Die Grössenangaben stimmen - ich habe so lange herumkalibriert, bis die gemessenen Grössen den auf der Kalibrierplatte angegebenen Grössen auch wirklich entsprachen.

Beste Grüsse
Stefan


----------



## Georg (8. Sep. 2004)

Hallo Stefan,
das sieht ja schon vielversprechend aus.
Bin gespannt auf die nächsten Bilder.
Ich erinnere mich jetzt doch glatt, dass ich irgendwo auf dem Dachboden noch ein Schülermikroskob haben müste. Mal schauen ob ich's noch finde.


----------



## StefanS (8. Sep. 2004)

Hallo zusammen,

wird schon besser . Und diesmal, denke ich, sind die Fotos schon erheblich vorzeigbarer.

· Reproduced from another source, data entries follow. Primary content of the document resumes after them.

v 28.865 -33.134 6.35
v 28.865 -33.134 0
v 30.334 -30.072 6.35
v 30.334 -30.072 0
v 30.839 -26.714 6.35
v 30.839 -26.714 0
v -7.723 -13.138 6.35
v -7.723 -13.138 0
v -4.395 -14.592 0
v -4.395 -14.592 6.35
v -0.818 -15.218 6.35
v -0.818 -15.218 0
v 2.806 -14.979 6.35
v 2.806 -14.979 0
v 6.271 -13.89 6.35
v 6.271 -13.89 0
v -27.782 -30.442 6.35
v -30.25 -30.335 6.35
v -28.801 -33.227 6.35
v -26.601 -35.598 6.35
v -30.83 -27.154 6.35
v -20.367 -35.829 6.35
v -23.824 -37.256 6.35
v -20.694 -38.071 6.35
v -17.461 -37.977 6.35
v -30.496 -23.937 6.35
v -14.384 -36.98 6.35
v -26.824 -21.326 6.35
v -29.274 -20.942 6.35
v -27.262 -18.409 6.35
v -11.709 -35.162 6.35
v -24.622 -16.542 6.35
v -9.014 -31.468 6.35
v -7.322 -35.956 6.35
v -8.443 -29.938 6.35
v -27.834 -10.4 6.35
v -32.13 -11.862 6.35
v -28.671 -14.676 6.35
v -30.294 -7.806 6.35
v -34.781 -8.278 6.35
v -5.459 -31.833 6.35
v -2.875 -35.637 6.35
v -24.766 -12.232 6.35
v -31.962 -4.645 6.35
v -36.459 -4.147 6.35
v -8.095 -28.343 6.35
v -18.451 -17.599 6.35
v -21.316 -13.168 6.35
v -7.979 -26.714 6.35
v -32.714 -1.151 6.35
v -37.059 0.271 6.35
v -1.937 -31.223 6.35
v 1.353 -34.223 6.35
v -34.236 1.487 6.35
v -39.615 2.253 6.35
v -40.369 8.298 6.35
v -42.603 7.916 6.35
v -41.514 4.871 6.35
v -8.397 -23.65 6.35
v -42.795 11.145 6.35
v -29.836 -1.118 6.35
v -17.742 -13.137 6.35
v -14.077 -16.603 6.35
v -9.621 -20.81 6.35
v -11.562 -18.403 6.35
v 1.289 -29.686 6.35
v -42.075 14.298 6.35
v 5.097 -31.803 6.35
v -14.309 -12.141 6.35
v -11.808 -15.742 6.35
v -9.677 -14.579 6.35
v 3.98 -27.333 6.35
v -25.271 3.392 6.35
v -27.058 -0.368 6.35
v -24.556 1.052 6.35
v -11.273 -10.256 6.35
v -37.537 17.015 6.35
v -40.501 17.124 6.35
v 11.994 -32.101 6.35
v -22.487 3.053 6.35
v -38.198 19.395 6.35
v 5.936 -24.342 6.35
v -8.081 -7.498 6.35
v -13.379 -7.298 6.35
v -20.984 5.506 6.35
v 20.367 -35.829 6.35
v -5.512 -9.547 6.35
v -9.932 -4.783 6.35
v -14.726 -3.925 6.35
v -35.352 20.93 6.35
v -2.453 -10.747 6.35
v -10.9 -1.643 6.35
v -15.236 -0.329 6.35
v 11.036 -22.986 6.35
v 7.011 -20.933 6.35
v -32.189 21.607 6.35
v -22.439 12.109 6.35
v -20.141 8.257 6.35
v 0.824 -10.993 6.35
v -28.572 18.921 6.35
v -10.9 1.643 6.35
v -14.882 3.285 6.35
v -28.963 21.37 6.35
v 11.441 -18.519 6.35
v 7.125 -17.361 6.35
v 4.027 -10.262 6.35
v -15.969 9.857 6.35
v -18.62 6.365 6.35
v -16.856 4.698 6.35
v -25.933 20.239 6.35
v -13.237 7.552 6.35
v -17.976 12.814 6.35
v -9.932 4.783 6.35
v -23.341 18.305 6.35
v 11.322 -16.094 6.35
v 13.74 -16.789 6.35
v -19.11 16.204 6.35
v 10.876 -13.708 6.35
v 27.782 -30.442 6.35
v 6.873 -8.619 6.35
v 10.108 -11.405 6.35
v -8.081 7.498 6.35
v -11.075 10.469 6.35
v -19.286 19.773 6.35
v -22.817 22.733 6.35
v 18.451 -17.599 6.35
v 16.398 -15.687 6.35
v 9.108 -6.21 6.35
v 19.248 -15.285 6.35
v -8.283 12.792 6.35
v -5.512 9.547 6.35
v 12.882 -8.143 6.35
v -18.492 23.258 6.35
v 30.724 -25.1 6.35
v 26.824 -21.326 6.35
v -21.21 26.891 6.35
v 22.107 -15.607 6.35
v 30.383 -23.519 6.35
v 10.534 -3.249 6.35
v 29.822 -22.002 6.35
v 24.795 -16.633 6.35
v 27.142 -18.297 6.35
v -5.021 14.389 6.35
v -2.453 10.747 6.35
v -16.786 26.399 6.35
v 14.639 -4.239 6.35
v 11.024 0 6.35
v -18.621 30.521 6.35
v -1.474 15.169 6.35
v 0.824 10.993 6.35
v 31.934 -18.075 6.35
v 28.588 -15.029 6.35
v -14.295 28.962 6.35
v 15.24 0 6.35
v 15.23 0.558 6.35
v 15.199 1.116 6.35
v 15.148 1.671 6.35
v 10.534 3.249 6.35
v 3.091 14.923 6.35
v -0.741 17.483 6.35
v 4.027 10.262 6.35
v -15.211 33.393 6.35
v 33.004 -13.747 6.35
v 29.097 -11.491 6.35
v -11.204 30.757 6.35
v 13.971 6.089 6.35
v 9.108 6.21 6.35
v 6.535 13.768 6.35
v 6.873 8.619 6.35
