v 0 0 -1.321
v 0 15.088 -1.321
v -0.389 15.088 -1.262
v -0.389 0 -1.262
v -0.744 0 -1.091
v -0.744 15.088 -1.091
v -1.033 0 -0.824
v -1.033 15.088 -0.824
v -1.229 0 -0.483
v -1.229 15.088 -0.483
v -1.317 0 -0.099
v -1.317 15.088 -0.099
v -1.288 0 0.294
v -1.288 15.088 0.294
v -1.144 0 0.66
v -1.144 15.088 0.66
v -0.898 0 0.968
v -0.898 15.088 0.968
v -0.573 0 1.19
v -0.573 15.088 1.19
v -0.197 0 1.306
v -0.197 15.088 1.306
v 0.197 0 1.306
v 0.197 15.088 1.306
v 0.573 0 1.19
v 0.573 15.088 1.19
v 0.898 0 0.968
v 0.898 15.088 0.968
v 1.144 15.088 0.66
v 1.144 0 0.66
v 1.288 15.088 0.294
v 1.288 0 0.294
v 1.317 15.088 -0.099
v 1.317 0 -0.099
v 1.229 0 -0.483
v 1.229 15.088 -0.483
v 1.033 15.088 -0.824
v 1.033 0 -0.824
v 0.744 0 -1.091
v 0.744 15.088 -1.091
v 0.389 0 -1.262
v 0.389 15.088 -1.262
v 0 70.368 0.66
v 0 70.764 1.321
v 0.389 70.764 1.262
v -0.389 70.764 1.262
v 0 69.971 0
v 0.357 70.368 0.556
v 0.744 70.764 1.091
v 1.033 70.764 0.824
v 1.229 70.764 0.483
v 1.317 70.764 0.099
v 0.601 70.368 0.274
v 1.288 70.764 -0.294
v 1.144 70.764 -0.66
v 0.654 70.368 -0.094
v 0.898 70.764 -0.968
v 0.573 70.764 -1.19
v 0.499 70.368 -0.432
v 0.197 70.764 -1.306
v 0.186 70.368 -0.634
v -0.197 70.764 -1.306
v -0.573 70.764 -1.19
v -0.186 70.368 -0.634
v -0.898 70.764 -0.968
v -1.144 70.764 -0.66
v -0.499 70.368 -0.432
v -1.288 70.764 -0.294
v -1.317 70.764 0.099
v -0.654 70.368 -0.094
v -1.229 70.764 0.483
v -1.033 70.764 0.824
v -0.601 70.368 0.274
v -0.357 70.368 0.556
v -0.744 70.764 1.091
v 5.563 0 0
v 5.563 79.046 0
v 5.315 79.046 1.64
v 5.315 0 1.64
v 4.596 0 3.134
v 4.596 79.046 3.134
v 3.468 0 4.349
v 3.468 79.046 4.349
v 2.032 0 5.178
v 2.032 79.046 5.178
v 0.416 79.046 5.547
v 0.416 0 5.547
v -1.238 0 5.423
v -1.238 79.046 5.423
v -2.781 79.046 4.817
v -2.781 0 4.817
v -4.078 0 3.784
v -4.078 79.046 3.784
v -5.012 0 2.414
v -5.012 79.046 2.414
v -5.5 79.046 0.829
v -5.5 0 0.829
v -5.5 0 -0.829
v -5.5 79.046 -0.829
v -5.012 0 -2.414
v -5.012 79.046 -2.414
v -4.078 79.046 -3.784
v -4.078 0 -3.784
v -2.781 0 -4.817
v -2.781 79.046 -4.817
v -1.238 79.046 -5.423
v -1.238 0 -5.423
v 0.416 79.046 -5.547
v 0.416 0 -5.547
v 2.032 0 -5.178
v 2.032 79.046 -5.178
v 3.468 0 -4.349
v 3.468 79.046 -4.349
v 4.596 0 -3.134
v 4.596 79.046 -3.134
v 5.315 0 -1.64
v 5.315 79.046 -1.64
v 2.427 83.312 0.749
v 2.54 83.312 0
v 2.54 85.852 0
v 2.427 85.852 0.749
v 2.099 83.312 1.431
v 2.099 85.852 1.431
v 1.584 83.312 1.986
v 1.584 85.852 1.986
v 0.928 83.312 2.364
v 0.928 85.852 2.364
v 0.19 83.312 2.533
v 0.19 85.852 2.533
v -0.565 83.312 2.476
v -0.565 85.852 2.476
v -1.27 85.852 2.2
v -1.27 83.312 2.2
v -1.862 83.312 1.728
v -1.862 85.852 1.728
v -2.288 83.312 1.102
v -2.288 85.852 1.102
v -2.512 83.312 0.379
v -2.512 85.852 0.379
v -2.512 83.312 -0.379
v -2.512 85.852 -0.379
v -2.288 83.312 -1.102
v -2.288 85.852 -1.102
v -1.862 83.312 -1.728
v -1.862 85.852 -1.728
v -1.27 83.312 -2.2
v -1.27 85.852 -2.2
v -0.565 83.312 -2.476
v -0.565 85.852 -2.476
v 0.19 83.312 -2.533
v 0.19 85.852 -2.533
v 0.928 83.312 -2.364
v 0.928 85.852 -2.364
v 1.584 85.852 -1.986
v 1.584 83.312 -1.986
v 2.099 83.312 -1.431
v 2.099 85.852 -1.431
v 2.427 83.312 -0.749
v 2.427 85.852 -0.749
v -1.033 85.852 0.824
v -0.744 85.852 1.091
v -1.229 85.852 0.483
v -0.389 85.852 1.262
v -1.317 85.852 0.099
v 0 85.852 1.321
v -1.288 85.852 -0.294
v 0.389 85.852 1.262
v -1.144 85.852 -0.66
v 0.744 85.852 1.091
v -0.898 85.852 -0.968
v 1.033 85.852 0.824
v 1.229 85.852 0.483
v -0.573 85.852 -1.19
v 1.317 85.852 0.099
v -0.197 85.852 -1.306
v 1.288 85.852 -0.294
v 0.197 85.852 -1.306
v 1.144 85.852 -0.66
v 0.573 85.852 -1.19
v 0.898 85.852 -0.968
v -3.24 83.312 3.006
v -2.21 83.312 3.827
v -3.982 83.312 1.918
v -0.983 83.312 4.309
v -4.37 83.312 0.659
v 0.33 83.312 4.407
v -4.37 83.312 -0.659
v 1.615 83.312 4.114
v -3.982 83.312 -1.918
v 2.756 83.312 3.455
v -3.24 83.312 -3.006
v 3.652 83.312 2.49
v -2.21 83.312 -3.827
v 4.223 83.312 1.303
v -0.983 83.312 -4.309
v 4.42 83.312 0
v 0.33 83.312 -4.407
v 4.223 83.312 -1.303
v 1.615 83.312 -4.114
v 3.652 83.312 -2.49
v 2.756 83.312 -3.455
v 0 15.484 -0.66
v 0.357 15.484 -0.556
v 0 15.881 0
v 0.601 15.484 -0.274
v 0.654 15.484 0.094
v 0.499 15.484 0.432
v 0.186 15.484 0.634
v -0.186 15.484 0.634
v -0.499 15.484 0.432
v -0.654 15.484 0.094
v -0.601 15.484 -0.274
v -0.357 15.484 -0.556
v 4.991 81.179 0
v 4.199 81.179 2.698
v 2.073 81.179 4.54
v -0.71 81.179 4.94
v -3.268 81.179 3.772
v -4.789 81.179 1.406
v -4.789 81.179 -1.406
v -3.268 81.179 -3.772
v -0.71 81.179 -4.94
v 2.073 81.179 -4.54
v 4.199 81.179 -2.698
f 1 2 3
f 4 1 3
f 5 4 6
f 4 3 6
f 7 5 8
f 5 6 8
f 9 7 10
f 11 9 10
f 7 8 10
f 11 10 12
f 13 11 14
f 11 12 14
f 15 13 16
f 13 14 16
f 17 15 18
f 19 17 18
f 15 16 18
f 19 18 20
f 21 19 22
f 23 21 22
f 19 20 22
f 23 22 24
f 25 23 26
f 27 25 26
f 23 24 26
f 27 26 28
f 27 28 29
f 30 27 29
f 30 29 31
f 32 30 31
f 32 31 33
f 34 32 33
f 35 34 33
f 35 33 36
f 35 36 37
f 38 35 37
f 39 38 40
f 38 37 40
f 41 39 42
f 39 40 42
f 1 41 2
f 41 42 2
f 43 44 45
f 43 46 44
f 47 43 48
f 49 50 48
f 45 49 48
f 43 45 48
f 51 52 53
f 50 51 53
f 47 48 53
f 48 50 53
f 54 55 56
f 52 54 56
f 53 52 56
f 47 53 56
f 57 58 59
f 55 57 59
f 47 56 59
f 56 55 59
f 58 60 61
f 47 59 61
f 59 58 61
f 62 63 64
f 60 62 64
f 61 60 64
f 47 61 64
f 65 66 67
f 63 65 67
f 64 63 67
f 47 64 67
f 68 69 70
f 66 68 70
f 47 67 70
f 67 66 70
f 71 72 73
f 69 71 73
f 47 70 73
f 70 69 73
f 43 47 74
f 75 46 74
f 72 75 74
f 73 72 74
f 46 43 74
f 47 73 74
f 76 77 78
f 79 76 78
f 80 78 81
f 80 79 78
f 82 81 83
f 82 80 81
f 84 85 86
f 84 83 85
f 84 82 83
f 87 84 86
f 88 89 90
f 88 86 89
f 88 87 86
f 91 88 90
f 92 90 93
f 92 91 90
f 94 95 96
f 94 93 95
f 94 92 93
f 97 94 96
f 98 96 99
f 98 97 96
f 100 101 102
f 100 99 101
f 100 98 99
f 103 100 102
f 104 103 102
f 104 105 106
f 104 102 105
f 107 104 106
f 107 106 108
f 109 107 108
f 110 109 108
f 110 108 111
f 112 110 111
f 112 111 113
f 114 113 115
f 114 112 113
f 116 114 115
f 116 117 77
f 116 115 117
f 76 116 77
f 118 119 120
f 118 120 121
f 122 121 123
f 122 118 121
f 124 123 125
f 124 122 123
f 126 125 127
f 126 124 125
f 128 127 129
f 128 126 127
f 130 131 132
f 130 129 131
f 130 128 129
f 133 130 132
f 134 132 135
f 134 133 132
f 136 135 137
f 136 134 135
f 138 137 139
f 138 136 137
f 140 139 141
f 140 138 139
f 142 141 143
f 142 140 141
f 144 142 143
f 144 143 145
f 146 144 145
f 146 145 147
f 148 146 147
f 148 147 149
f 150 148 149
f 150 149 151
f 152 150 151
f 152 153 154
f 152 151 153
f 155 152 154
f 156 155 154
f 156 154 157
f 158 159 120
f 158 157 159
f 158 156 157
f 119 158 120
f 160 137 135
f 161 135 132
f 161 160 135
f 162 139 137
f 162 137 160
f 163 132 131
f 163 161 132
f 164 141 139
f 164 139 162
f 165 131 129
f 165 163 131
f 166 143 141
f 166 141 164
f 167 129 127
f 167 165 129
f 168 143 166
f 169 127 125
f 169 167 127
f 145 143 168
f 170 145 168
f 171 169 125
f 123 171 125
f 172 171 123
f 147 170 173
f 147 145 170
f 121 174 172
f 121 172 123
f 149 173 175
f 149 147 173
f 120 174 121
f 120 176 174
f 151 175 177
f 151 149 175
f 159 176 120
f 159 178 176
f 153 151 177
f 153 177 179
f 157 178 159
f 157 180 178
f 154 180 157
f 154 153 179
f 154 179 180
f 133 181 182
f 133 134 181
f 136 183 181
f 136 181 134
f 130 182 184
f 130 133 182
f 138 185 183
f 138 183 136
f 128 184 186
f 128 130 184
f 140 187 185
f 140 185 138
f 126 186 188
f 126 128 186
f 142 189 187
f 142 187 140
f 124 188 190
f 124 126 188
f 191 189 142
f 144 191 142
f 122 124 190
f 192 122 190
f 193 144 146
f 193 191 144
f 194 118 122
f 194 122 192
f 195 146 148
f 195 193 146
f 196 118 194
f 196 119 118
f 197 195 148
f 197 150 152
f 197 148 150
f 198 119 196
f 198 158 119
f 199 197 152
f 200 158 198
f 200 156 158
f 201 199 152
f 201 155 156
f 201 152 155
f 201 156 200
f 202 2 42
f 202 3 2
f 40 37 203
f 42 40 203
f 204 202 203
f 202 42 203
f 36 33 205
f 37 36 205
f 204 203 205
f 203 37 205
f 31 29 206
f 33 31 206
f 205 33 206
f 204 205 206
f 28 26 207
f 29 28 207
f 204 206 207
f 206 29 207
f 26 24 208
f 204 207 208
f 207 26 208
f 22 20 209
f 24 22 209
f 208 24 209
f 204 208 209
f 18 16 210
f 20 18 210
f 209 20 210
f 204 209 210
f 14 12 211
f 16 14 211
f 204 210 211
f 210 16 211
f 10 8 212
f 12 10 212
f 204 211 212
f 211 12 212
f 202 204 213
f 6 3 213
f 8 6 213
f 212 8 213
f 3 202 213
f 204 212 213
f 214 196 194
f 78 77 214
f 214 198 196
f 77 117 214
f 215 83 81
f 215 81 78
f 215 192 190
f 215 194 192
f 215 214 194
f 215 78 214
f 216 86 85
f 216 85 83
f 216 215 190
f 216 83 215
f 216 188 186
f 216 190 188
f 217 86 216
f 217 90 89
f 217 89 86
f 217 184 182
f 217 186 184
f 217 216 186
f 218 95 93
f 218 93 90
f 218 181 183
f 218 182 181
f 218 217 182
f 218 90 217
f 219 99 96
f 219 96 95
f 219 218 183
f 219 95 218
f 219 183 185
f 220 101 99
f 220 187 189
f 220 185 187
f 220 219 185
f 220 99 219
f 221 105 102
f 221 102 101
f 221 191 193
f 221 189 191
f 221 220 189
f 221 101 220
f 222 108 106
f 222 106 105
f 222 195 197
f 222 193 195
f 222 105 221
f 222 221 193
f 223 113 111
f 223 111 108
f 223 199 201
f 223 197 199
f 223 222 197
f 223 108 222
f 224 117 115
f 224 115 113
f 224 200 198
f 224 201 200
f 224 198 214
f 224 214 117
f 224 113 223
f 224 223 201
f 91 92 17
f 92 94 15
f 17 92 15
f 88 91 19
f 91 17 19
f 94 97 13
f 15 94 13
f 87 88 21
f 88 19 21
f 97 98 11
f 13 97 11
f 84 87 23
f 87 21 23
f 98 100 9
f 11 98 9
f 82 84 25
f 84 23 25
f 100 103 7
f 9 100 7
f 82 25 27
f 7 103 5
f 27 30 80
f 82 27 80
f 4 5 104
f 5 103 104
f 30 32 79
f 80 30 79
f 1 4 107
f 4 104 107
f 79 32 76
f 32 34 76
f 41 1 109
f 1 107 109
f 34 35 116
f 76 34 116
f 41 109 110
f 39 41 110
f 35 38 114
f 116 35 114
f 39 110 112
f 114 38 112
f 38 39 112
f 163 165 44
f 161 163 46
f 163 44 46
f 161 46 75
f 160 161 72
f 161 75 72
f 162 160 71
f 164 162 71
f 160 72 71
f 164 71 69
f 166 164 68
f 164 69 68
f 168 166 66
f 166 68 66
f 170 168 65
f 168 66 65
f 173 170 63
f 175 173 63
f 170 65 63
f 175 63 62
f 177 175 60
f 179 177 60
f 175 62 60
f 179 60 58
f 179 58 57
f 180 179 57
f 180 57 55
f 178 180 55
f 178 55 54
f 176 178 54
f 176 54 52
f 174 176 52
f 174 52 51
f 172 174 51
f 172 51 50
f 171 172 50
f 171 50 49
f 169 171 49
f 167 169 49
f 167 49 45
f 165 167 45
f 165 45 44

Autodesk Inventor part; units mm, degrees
ref_plane "YZ Plane" through (0, 0, 0) normal (1, 0, 0) x (0, 1, 0)
ref_plane "XZ Plane" through (0, 0, 0) normal (0, 1, 0) x (-1, 0, 0)
ref_plane "XY Plane" through (0, 0, 0) normal (0, 0, 1) x (1, 0, 0)
sketch "Sketch1" plane through (0, 0, 0) normal (0, 0, 1) x (1, 0, 0)
  line L0 (0, 0) -> (0, 85.852)
  line L1 (0, 85.852) -> (2.54, 85.852)
  line L2 (2.54, 85.852) -> (2.54, 83.312)
  line L3 (5.5626, 79.0463) -> (5.5626, 0)
  line L4 (5.5626, 0) -> (0, 0)
  line L5 (2.54, 83.312) -> (4.4196, 83.312)
  line L6 (4.4196, 83.312) -> (5.5626, 79.0463)
  dimension "d0" = 83.312
  dimension "d1" = 2.54
  dimension "d2" = 75
  dimension "d3" = 1.143
  dimension "d4" = 5.5626
  dimension "d5" = 2.54
revolve "Revolution1" add sketch "Sketch1" angle 360 about axis through (0, 0, 0) along (0, 1, 0)
hole "Hole1" at (0, 0, 0) direction (0, 1, 0) diameter 2.6416 depth 15.0876 tip angle 118 thread size "6-32 UNC" class "2B" standard "ANSI Unified Screw Threads"
hole "Hole2" at (0, 85.852, 0) direction (0, -1, 0) diameter 2.6416 depth 15.0876 tip angle 118 thread size "6-32 UNC" class "2B" standard "ANSI Unified Screw Threads"
properties part number "kinect standoff" material "Aluminum-6061"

Im Pflanzenkübel mit dem grünen Wasser habe ich - auch im Schlamm - ausser ein paar Zuckmückenlarven und einem Fadenwurm  nichts gefunden. Ausser ein paar Ciliaten, die mit atemberaubender Geschwindigkeit durchs Bildfeld gerast sind.

Auch im klaren Teichwasser fanden sich - erwartungsgemäss - nur ein paar Jochalgen, aber selbst die musste man schon suchen. Ich werde die Algen einmal auszählen lassen.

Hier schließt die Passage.